**Given records:**
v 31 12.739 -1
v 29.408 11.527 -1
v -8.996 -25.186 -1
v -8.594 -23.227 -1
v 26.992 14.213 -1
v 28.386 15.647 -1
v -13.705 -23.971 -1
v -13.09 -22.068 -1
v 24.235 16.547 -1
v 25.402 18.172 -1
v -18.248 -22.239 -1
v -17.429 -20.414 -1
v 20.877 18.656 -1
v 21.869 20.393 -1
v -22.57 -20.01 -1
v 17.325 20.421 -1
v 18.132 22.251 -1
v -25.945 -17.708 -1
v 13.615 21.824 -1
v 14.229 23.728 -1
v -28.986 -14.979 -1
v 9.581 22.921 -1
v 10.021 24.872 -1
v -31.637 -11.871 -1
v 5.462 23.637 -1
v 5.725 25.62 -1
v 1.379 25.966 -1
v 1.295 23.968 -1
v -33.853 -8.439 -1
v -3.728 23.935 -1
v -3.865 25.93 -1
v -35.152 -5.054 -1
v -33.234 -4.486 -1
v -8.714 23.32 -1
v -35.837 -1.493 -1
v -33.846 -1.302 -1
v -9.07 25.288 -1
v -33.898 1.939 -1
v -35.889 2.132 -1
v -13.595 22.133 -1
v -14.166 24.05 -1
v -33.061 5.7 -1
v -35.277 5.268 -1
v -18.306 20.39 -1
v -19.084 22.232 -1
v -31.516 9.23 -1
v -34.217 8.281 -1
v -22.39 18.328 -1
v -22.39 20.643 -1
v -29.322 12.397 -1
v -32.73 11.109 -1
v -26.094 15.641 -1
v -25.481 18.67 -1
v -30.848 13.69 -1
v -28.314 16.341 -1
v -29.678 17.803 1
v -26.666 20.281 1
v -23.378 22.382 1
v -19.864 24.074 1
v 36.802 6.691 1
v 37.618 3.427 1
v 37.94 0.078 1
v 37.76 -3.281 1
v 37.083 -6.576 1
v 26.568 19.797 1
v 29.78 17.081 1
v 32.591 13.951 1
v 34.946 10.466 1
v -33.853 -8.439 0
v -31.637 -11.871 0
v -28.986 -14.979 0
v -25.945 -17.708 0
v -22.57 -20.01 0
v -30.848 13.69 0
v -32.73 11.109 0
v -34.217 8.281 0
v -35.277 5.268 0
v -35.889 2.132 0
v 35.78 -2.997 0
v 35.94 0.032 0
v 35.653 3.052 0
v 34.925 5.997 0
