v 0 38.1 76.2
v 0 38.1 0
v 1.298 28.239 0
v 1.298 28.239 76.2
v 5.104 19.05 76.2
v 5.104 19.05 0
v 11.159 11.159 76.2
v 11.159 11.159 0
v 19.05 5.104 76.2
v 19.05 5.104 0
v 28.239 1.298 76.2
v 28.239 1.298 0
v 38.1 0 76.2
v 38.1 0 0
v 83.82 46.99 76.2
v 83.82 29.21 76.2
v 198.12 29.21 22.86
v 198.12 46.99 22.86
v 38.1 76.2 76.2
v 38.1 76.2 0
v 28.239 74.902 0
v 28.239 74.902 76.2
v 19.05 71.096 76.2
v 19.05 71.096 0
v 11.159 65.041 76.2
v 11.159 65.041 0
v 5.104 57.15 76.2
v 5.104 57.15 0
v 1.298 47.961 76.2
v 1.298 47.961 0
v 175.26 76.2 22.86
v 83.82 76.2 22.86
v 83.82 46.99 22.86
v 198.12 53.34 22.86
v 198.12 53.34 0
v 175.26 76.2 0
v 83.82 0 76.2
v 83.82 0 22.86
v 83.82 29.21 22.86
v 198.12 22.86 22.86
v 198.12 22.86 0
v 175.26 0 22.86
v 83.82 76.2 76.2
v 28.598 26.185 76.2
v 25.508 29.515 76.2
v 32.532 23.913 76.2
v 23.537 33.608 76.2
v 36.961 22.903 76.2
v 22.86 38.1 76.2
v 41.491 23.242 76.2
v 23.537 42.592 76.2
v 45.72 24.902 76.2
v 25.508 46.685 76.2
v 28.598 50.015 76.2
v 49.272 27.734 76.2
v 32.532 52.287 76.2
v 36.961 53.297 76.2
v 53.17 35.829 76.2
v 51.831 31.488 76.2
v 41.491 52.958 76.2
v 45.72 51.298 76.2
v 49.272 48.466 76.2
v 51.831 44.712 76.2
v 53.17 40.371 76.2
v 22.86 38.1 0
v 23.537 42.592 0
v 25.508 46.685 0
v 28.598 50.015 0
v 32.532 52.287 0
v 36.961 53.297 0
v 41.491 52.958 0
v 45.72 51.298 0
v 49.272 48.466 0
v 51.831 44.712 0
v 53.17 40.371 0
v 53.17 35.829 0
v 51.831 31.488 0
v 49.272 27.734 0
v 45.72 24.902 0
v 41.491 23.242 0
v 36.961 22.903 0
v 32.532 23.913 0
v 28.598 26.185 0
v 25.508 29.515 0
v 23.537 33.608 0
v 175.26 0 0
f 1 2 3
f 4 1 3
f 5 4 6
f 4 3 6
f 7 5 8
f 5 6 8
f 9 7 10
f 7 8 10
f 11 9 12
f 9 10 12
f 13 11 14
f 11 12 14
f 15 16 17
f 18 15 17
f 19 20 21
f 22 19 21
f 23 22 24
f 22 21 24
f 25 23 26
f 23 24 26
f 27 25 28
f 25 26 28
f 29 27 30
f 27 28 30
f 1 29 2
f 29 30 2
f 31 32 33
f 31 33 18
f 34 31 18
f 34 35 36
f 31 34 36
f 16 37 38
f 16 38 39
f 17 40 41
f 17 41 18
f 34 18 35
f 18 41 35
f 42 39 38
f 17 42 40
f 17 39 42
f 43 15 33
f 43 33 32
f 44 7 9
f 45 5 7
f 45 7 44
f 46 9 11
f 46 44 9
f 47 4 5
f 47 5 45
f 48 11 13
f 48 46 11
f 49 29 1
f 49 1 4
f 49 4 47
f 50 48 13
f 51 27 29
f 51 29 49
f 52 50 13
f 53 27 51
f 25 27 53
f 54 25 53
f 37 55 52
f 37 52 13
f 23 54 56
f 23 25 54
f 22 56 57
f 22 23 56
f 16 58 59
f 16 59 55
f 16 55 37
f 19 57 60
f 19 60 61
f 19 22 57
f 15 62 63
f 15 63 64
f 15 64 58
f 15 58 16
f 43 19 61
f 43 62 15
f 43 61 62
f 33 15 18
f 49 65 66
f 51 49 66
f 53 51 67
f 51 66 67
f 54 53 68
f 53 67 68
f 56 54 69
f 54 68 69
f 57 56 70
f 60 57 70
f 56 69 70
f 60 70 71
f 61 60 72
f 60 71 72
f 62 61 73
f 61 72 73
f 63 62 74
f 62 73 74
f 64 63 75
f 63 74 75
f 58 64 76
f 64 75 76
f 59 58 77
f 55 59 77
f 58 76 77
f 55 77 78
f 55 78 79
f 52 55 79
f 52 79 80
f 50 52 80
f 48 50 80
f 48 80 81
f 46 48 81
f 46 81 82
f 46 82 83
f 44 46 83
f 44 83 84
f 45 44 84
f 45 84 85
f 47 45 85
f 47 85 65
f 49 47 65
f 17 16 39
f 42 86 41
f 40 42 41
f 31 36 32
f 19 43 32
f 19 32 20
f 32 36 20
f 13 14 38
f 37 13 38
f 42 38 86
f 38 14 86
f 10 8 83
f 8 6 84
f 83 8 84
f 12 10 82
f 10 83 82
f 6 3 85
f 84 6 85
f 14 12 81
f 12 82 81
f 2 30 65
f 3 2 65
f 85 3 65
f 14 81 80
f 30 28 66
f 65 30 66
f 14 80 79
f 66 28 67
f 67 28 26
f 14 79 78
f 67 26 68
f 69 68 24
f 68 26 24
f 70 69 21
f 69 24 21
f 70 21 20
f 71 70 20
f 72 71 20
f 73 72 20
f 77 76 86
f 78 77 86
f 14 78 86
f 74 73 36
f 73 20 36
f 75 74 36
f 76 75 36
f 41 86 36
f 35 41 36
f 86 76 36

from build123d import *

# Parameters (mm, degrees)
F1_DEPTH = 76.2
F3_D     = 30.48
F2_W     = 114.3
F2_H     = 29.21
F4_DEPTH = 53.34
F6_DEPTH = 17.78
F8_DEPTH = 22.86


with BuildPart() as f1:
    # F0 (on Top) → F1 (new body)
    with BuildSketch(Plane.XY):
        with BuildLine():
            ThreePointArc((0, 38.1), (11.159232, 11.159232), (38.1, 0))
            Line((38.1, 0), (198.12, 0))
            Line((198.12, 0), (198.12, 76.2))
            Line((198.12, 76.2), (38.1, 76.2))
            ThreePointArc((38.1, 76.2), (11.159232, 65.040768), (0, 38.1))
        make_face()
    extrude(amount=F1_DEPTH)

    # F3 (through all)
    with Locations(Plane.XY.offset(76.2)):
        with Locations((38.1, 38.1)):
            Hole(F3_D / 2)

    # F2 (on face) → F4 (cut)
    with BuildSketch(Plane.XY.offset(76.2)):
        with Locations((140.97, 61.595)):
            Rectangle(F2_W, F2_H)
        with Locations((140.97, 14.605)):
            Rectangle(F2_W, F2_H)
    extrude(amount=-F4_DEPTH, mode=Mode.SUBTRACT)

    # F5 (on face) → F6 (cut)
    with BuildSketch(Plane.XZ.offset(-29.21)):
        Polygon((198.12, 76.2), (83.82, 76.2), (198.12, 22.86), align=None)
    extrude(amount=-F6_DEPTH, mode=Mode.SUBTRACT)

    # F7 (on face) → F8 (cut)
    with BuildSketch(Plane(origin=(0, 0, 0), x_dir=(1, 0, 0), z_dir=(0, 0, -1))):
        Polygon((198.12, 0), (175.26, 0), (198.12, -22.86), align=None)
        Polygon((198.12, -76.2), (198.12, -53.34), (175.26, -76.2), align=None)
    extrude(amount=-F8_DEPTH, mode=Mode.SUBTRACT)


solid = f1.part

**Exercise directions:**
Starting at the first line of the records, print each line exactly, stopping after the line that contains "v -33.061 5.7 -1".

**Worked solution:**
v 31 12.739 -1
v 29.408 11.527 -1
v -8.996 -25.186 -1
v -8.594 -23.227 -1
v 26.992 14.213 -1
v 28.386 15.647 -1
v -13.705 -23.971 -1
v -13.09 -22.068 -1
v 24.235 16.547 -1
v 25.402 18.172 -1
v -18.248 -22.239 -1
v -17.429 -20.414 -1
v 20.877 18.656 -1
v 21.869 20.393 -1
v -22.57 -20.01 -1
v 17.325 20.421 -1
v 18.132 22.251 -1
v -25.945 -17.708 -1
v 13.615 21.824 -1
v 14.229 23.728 -1
v -28.986 -14.979 -1
v 9.581 22.921 -1
v 10.021 24.872 -1
v -31.637 -11.871 -1
v 5.462 23.637 -1
v 5.725 25.62 -1
v 1.379 25.966 -1
v 1.295 23.968 -1
v -33.853 -8.439 -1
v -3.728 23.935 -1
v -3.865 25.93 -1
v -35.152 -5.054 -1
v -33.234 -4.486 -1
v -8.714 23.32 -1
v -35.837 -1.493 -1
v -33.846 -1.302 -1
v -9.07 25.288 -1
v -33.898 1.939 -1
v -35.889 2.132 -1
v -13.595 22.133 -1
v -14.166 24.05 -1
v -33.061 5.7 -1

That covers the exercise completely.